Victor smiled wide for the first time that day, “Great!”

“And we can highlight these three rows, select the area chart in Excel, and then format the bottom series with a white fill in order to get what folks in the forecasting business call a fan chart,” I said and inserted the chart for him.

“And note how the error compounds over time. Also, due to the multiplicative nature of the forecast, the absolute width of the interval increases in high seasonal demand periods,” I added.

“Wow, that’s nice,” said Victor.

It was my turn to smile, “Consider your ignorance about the futre quantified.”

Big Data-ish Tip

Credit goes to Hyndman for developing the state equations for Holt-Winters that make this whole simulation approach possible. As part of that work, he also derived closed-form calculations for the prediction intervals, but I’m extremely partial to this monte carlo approach because it’s so intuitive (and intuition is really what exponential smoothing is all about).

Hyndman wrote all the good forecasting packages in R, and I highly recommend checking out his blog as well as his (unfinished?) online textbook. Personally, I find Bowerman’s 2004 textbook to be the best for learning a lot of this stuff.

  • jaedee

    Great post, glad to see a new one.

    A small improvement and a (possible) correction:

    1. Instead of just running your simulations by holding the option+command for minutes (it does take a long time), you can record the macros, then add a loop, i.e.:

    Sub Autorun_My_Freaking_Macros()


    ‘ Keyboard Shortcut: Option+Cmd+z

    Dim i, j, k As Long

    i = 1
    j = 22
    For i = 1 To Range(“k2″)

    Calculate

    Calculate

    Next i
    End Sub

    Then just set k2 to the number of simulations (i.e. 1000).
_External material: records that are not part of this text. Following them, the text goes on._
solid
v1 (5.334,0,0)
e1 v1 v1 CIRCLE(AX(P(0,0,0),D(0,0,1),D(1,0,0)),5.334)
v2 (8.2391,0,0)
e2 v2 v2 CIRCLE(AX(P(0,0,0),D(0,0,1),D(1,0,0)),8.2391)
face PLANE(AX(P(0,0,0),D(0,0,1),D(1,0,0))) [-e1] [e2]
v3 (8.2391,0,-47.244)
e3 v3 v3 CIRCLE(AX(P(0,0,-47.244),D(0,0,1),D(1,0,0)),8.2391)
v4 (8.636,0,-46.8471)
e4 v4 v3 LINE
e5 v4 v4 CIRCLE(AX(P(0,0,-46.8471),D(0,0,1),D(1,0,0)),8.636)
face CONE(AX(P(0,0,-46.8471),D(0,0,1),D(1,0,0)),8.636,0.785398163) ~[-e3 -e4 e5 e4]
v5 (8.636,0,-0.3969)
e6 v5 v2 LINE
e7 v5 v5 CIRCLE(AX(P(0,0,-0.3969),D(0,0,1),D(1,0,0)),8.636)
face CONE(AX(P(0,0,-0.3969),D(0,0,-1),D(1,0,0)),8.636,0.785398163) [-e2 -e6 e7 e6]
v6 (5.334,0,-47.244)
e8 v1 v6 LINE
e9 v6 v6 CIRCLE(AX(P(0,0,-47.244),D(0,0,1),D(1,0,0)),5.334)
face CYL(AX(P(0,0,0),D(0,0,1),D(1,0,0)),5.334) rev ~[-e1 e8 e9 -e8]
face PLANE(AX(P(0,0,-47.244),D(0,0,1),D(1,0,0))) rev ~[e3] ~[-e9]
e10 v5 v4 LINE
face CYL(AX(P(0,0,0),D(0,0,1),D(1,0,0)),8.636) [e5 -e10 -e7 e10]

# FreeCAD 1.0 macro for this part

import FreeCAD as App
import Part
import Sketcher

V = App.Vector
Q = App.Units.Quantity


def edges_at(feature, points):
    """Names of the edges that pass closest to the given points."""
    edges = feature.Shape.Edges
    near = lambda p: min(range(len(edges)), key=lambda i: edges[i].distToShape(Part.Vertex(*p))[0])
    return sorted({f"Edge{near(p) + 1}" for p in points})

doc = App.newDocument("Part")
body = doc.addObject("PartDesign::Body", "Body")

# Sketch on XY plane
sketch1 = body.newObject("Sketcher::SketchObject", "Sketch")
sketch1.AttachmentSupport = (doc.getObject("XY_Plane"), [""])
sketch1.MapMode = "FlatFace"
sketch1.addGeometry(Part.Circle(V(0, 0, 0), V(0, 0, 1), 9), False)
sketch1.addGeometry(Part.Circle(V(0, 0, 0), V(0, 0, 1), 5), False)
sketch1.addConstraint(Sketcher.Constraint("Coincident", 0, 3, -1, 1))
sketch1.addConstraint(Sketcher.Constraint("Coincident", 1, 3, -1, 1))
sketch1.addConstraint(Sketcher.Constraint("Diameter", 0, Q("0.68 in")))
sketch1.addConstraint(Sketcher.Constraint("Diameter", 1, Q("0.42 in")))
pad1 = body.newObject("PartDesign::Pad", "Pad")
pad1.Profile = sketch1
pad1.Length = Q("1.86 in")
pad1.Reversed = True
doc.recompute()

chamfer = body.newObject("PartDesign::Chamfer", "Chamfer")
chamfer.Base = (pad1, edges_at(pad1, [(-8.636, 0, 0), (-8.636, 0, -47.244)]))
chamfer.Size = Q("0.015626 in")

doc.recompute()
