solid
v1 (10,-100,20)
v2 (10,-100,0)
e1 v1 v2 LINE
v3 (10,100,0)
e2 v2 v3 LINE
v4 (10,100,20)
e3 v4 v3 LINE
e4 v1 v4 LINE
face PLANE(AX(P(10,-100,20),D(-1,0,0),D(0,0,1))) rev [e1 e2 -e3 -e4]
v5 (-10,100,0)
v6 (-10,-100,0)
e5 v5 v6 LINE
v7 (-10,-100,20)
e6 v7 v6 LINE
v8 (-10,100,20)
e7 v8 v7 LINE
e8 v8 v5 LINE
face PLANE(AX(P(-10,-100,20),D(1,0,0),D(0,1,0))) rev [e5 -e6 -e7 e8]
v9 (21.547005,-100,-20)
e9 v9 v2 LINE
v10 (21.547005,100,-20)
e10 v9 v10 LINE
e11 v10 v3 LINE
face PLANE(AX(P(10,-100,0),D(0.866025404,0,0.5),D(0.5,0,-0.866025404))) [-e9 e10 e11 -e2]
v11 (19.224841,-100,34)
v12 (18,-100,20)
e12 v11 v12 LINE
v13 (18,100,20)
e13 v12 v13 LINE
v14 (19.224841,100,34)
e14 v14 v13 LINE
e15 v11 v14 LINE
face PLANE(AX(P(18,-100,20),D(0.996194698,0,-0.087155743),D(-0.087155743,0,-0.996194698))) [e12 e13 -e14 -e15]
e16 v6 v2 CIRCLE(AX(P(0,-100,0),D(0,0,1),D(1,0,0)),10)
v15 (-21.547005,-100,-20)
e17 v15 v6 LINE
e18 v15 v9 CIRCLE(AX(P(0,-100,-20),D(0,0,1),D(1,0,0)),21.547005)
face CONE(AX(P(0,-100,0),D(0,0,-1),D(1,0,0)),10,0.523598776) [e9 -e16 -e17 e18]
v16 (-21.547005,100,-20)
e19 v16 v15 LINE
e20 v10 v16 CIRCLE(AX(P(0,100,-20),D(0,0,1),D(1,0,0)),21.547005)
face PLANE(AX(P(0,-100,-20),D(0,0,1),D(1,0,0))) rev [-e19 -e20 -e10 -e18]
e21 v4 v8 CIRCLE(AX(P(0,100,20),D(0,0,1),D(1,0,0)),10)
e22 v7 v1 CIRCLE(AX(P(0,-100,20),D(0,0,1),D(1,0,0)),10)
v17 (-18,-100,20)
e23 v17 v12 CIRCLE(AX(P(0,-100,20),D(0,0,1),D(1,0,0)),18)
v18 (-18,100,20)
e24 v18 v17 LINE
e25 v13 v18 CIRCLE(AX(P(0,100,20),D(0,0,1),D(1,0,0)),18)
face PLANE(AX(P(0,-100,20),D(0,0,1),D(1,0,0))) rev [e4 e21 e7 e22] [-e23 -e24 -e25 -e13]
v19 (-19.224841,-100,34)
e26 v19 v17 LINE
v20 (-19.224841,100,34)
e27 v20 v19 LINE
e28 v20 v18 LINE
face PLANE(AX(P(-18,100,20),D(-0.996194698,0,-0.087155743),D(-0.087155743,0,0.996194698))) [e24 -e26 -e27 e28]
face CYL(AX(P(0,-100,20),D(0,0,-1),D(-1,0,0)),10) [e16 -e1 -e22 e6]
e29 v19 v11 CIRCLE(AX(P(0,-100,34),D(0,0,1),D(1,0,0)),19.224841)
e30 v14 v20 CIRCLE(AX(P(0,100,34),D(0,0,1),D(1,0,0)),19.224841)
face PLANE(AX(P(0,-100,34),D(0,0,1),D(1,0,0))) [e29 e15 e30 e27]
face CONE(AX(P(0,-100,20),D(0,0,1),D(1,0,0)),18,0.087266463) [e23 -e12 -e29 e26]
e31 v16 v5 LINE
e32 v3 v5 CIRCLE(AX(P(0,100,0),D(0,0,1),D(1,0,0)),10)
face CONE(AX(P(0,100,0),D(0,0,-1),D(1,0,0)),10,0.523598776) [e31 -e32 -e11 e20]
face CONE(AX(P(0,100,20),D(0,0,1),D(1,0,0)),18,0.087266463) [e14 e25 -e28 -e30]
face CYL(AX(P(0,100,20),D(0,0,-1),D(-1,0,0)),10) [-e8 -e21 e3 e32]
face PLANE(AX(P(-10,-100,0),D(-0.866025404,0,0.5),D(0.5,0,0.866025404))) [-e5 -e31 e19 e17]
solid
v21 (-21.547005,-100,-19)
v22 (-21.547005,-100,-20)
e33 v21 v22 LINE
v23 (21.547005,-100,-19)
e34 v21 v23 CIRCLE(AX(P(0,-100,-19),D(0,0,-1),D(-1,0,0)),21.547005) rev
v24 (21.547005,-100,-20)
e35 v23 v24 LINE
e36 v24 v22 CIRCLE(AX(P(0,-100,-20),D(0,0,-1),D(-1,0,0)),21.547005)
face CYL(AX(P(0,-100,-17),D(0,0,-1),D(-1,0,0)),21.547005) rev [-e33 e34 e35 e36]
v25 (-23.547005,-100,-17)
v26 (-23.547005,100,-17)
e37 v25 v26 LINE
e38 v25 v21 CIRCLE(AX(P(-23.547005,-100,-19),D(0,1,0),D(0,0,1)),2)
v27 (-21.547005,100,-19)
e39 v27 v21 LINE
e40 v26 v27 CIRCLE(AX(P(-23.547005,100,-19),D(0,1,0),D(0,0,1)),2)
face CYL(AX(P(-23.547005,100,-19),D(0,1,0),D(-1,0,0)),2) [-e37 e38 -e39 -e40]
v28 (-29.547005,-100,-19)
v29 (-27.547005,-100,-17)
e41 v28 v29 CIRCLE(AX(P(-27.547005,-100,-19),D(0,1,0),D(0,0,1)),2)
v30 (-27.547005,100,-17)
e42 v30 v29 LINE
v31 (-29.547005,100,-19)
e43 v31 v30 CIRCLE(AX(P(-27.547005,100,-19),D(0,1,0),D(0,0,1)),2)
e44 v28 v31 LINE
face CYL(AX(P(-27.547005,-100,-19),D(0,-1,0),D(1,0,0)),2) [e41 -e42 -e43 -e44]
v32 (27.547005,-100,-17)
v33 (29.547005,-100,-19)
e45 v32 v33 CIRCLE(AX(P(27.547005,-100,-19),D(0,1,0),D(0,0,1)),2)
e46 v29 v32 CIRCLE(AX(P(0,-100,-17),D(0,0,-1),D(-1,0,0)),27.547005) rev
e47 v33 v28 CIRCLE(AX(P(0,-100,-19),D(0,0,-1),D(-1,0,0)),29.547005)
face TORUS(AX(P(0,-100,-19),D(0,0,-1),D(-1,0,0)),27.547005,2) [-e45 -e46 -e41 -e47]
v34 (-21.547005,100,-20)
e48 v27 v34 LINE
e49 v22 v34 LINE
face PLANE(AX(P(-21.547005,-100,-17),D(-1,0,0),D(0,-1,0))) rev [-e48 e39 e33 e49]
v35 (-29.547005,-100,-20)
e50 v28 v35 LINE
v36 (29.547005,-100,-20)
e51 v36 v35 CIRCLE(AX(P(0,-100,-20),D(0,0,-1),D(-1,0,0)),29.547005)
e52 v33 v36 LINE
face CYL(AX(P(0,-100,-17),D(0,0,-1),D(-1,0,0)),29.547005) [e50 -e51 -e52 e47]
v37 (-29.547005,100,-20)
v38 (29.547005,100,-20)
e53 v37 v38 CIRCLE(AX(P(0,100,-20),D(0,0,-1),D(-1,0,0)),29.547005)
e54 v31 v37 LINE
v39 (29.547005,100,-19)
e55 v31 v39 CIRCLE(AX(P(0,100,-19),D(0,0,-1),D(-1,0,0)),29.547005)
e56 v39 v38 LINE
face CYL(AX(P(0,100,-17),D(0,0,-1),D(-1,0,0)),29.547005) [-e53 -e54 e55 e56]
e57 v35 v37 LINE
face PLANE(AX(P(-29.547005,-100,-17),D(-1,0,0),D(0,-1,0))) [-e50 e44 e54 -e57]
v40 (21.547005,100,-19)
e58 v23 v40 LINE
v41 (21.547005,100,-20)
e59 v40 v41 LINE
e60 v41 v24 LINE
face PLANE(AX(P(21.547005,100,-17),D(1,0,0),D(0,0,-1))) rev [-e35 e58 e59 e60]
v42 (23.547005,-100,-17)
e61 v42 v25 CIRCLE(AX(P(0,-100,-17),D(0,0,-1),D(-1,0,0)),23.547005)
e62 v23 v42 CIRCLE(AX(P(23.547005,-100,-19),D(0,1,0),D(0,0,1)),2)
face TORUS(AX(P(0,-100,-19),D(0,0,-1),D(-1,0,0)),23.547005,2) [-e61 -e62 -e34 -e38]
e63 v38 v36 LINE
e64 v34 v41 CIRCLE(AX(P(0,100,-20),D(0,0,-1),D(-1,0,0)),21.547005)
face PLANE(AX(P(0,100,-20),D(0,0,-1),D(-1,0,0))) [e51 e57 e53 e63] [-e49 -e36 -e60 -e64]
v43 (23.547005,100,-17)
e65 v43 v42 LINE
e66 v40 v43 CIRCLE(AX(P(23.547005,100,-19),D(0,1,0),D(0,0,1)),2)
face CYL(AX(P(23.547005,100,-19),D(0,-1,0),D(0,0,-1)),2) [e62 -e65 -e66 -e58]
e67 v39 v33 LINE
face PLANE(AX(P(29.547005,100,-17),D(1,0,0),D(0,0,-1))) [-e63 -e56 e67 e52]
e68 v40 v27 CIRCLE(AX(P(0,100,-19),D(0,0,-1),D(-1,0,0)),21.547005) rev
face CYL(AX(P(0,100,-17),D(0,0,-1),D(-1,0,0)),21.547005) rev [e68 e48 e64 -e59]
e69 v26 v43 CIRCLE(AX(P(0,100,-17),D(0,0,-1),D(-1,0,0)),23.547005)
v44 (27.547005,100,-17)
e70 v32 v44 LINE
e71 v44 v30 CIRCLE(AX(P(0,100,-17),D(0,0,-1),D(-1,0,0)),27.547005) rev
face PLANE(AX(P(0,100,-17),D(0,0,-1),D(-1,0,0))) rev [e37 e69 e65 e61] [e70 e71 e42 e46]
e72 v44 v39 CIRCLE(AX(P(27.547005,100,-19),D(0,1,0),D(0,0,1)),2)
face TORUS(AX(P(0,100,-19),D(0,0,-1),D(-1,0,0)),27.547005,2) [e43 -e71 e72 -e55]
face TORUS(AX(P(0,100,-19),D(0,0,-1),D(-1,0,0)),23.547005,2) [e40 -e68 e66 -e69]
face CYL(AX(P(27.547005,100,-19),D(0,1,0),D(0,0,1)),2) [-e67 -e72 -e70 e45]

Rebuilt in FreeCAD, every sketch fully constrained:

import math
import FreeCAD as App
import Part
import Sketcher

V = App.Vector


def edges_at(feature, points):
    """Names of the edges that pass closest to the given points."""
    edges = feature.Shape.Edges
    near = lambda p: min(range(len(edges)), key=lambda i: edges[i].distToShape(Part.Vertex(*p))[0])
    return sorted({f"Edge{near(p) + 1}" for p in points})

doc = App.newDocument("Part")
body = doc.addObject("PartDesign::Body", "Body")

sketch1 = body.newObject("Sketcher::SketchObject", "Sketch")
sketch1.AttachmentSupport = (doc.getObject("XY_Plane"), [""])
sketch1.MapMode = "FlatFace"
sketch1.addGeometry([
    Part.ArcOfCircle(Part.Circle(V(0, -100, 0), V(0, 0, 1), 10), math.radians(180), math.radians(360)),
    Part.LineSegment(V(10, -100, 0), V(10, 100, 0)),
    Part.ArcOfCircle(Part.Circle(V(0, 100, 0), V(0, 0, 1), 10), math.radians(0), math.radians(180)),
    Part.LineSegment(V(-10, 100, 0), V(-10, -100, 0)),
], False)
sketch1.addConstraint([
    Sketcher.Constraint("Tangent", 0, 2, 1, 1),
    Sketcher.Constraint("Tangent", 1, 2, 2, 1),
    Sketcher.Constraint("Tangent", 2, 2, 3, 1),
    Sketcher.Constraint("Tangent", 3, 2, 0, 1),
    Sketcher.Constraint("Vertical", 1),
    Sketcher.Constraint("Vertical", 3),
    Sketcher.Constraint("Symmetric", 0, 3, 2, 3, -1, 1),
    Sketcher.Constraint("Radius", 0, 10.0),
    Sketcher.Constraint("DistanceY", 1, 1, 1, 2, 200.0),
])
pad1 = body.newObject("PartDesign::Pad", "Pad")
pad1.Profile = sketch1
pad1.Length = 20

sketch2 = body.newObject("Sketcher::SketchObject", "Sketch001")
sketch2.AttachmentSupport = (doc.getObject("XY_Plane"), [""])
sketch2.MapMode = "FlatFace"
sketch2.addGeometry([
    Part.ArcOfCircle(Part.Circle(V(0, -100, 0), V(0, 0, 1), 10), math.radians(180), math.radians(360)),
    Part.LineSegment(V(10, -100, 0), V(10, 100, 0)),
    Part.ArcOfCircle(Part.Circle(V(0, 100, 0), V(0, 0, 1), 10), math.radians(0), math.radians(180)),
    Part.LineSegment(V(-10, 100, 0), V(-10, -100, 0)),
], False)
sketch2.addConstraint([
    Sketcher.Constraint("Tangent", 0, 2, 1, 1),
    Sketcher.Constraint("Tangent", 1, 2, 2, 1),
    Sketcher.Constraint("Tangent", 2, 2, 3, 1),
    Sketcher.Constraint("Tangent", 3, 2, 0, 1),
    Sketcher.Constraint("Vertical", 1),
    Sketcher.Constraint("Vertical", 3),
    Sketcher.Constraint("Symmetric", 0, 3, 2, 3, -1, 1),
    Sketcher.Constraint("Radius", 0, 10.0),
    Sketcher.Constraint("DistanceY", 1, 1, 1, 2, 200.0),
])
pad2 = body.newObject("PartDesign::Pad", "Pad001")
pad2.Profile = sketch2
pad2.Length = 20
pad2.Reversed = True
pad2.TaperAngle = 30

sketch3 = body.newObject("Sketcher::SketchObject", "Sketch002")
sketch3.AttachmentSupport = (doc.getObject("XY_Plane"), [""])
sketch3.MapMode = "FlatFace"
sketch3.AttachmentOffset = App.Placement(V(0, 0, 20), App.Rotation())
sketch3.addGeometry([
    Part.LineSegment(V(18, -100, 0), V(18, 100, 0)),
    Part.ArcOfCircle(Part.Circle(V(0, 100, 0), V(0, 0, 1), 18), math.radians(0), math.radians(180)),
    Part.LineSegment(V(-18, 100, 0), V(-18, -100, 0)),
    Part.ArcOfCircle(Part.Circle(V(0, -100, 0), V(0, 0, 1), 18), math.radians(180), math.radians(360)),
], False)
sketch3.addConstraint([
    Sketcher.Constraint("Tangent", 0, 2, 1, 1),
    Sketcher.Constraint("Tangent", 1, 2, 2, 1),
    Sketcher.Constraint("Tangent", 2, 2, 3, 1),
    Sketcher.Constraint("Tangent", 3, 2, 0, 1),
    Sketcher.Constraint("Vertical", 0),
    Sketcher.Constraint("Vertical", 2),
    Sketcher.Constraint("Symmetric", 1, 3, 3, 3, -1, 1),
    Sketcher.Constraint("Radius", 1, 18.0),
    Sketcher.Constraint("DistanceY", 0, 1, 0, 2, 200.0),
])
pad3 = body.newObject("PartDesign::Pad", "Pad002")
pad3.Profile = sketch3
pad3.Length = 14
pad3.TaperAngle = 5
body2 = doc.addObject("PartDesign::Body", "Body001")

sketch4 = body2.newObject("Sketcher::SketchObject", "Sketch003")
sketch4.AttachmentSupport = (doc.getObject("XY_Plane001"), [""])
sketch4.MapMode = "FlatFace"
sketch4.AttachmentOffset = App.Placement(V(0, 0, -20), App.Rotation())
sketch4.addGeometry([
    Part.LineSegment(V(30, 100, 0), V(30, -100, 0)),
    Part.ArcOfCircle(Part.Circle(V(0, -100, 0), V(0, 0, 1), 30), math.radians(180), math.radians(360)),
    Part.LineSegment(V(-30, -100, 0), V(-30, 100, 0)),
    Part.ArcOfCircle(Part.Circle(V(0, 100, 0), V(0, 0, 1), 30), math.radians(0), math.radians(180)),
    Part.LineSegment(V(-22, 100, 0), V(-22, -100, 0)),
    Part.ArcOfCircle(Part.Circle(V(0, -100, 0), V(0, 0, 1), 22), math.radians(180), math.radians(360)),
    Part.LineSegment(V(22, -100, 0), V(22, 100, 0)),
    Part.ArcOfCircle(Part.Circle(V(0, 100, 0), V(0, 0, 1), 22), math.radians(0), math.radians(180)),
], False)
sketch4.addConstraint([
    Sketcher.Constraint("Tangent", 0, 2, 1, 2),
    Sketcher.Constraint("Tangent", 1, 1, 2, 1),
    Sketcher.Constraint("Tangent", 2, 2, 3, 2),
    Sketcher.Constraint("Tangent", 3, 1, 0, 1),
    Sketcher.Constraint("Tangent", 4, 2, 5, 1),
    Sketcher.Constraint("Tangent", 5, 2, 6, 1),
    Sketcher.Constraint("Tangent", 6, 2, 7, 1),
    Sketcher.Constraint("Tangent", 7, 2, 4, 1),
    Sketcher.Constraint("Vertical", 0),
    Sketcher.Constraint("Vertical", 2),
    Sketcher.Constraint("Vertical", 4),
    Sketcher.Constraint("Vertical", 6),
    Sketcher.Constraint("Coincident", 5, 3, 1, 3),
    Sketcher.Constraint("Symmetric", 1, 3, 3, 3, -1, 1),
    Sketcher.Constraint("Horizontal", 7, 3, 2, 2),
    Sketcher.Constraint("DistanceY", 0, 2, 0, 1, 200.0),
    Sketcher.Constraint("DistanceX", 1, 1, 4, 2, 8.0),
    Sketcher.Constraint("Radius", 1, 29.547005),
])
pad4 = body2.newObject("PartDesign::Pad", "Pad003")
pad4.Profile = sketch4
pad4.Length = 3
doc.recompute()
You can also just hard code the numer by replacing the Range(“k2″) with a number. You can reference your macros in the new one, or add the relevant code before and after.

    2. Correction (?): I believe you want to copy the demand in column C, not B. (See the step 2 where you “Copied the 2013 simulated demand data in column B”).

    • http://twitter.com/John4man John Foreman

      Thanks for catching the column B/C typo! Fixed it now I think.

      And you’re totally right that you can just loop the macro in VBA. I just didn’t want to force people to write code who were gun-shy.

  • Steve Wessels

    Great post (as usual) with many of my favorite methods: HW, Monte Carlo, prediction intervals and fan charts! I’ll keep an eye out for your book.

    One quick Excel tool that I’ve found useful for Monte Carlo type approaches is using the Data Table approach. Here’s one example: http://office.microsoft.com/en-us/excel-help/introduction-to-monte-carlo-simulation-HA001111893.aspx. I’m always looking for more techniques though. It’s likely faster in many situations to apply some VBA. Thanks!

  • Rob in Colorado Springs

    John, are you using R for some of your work?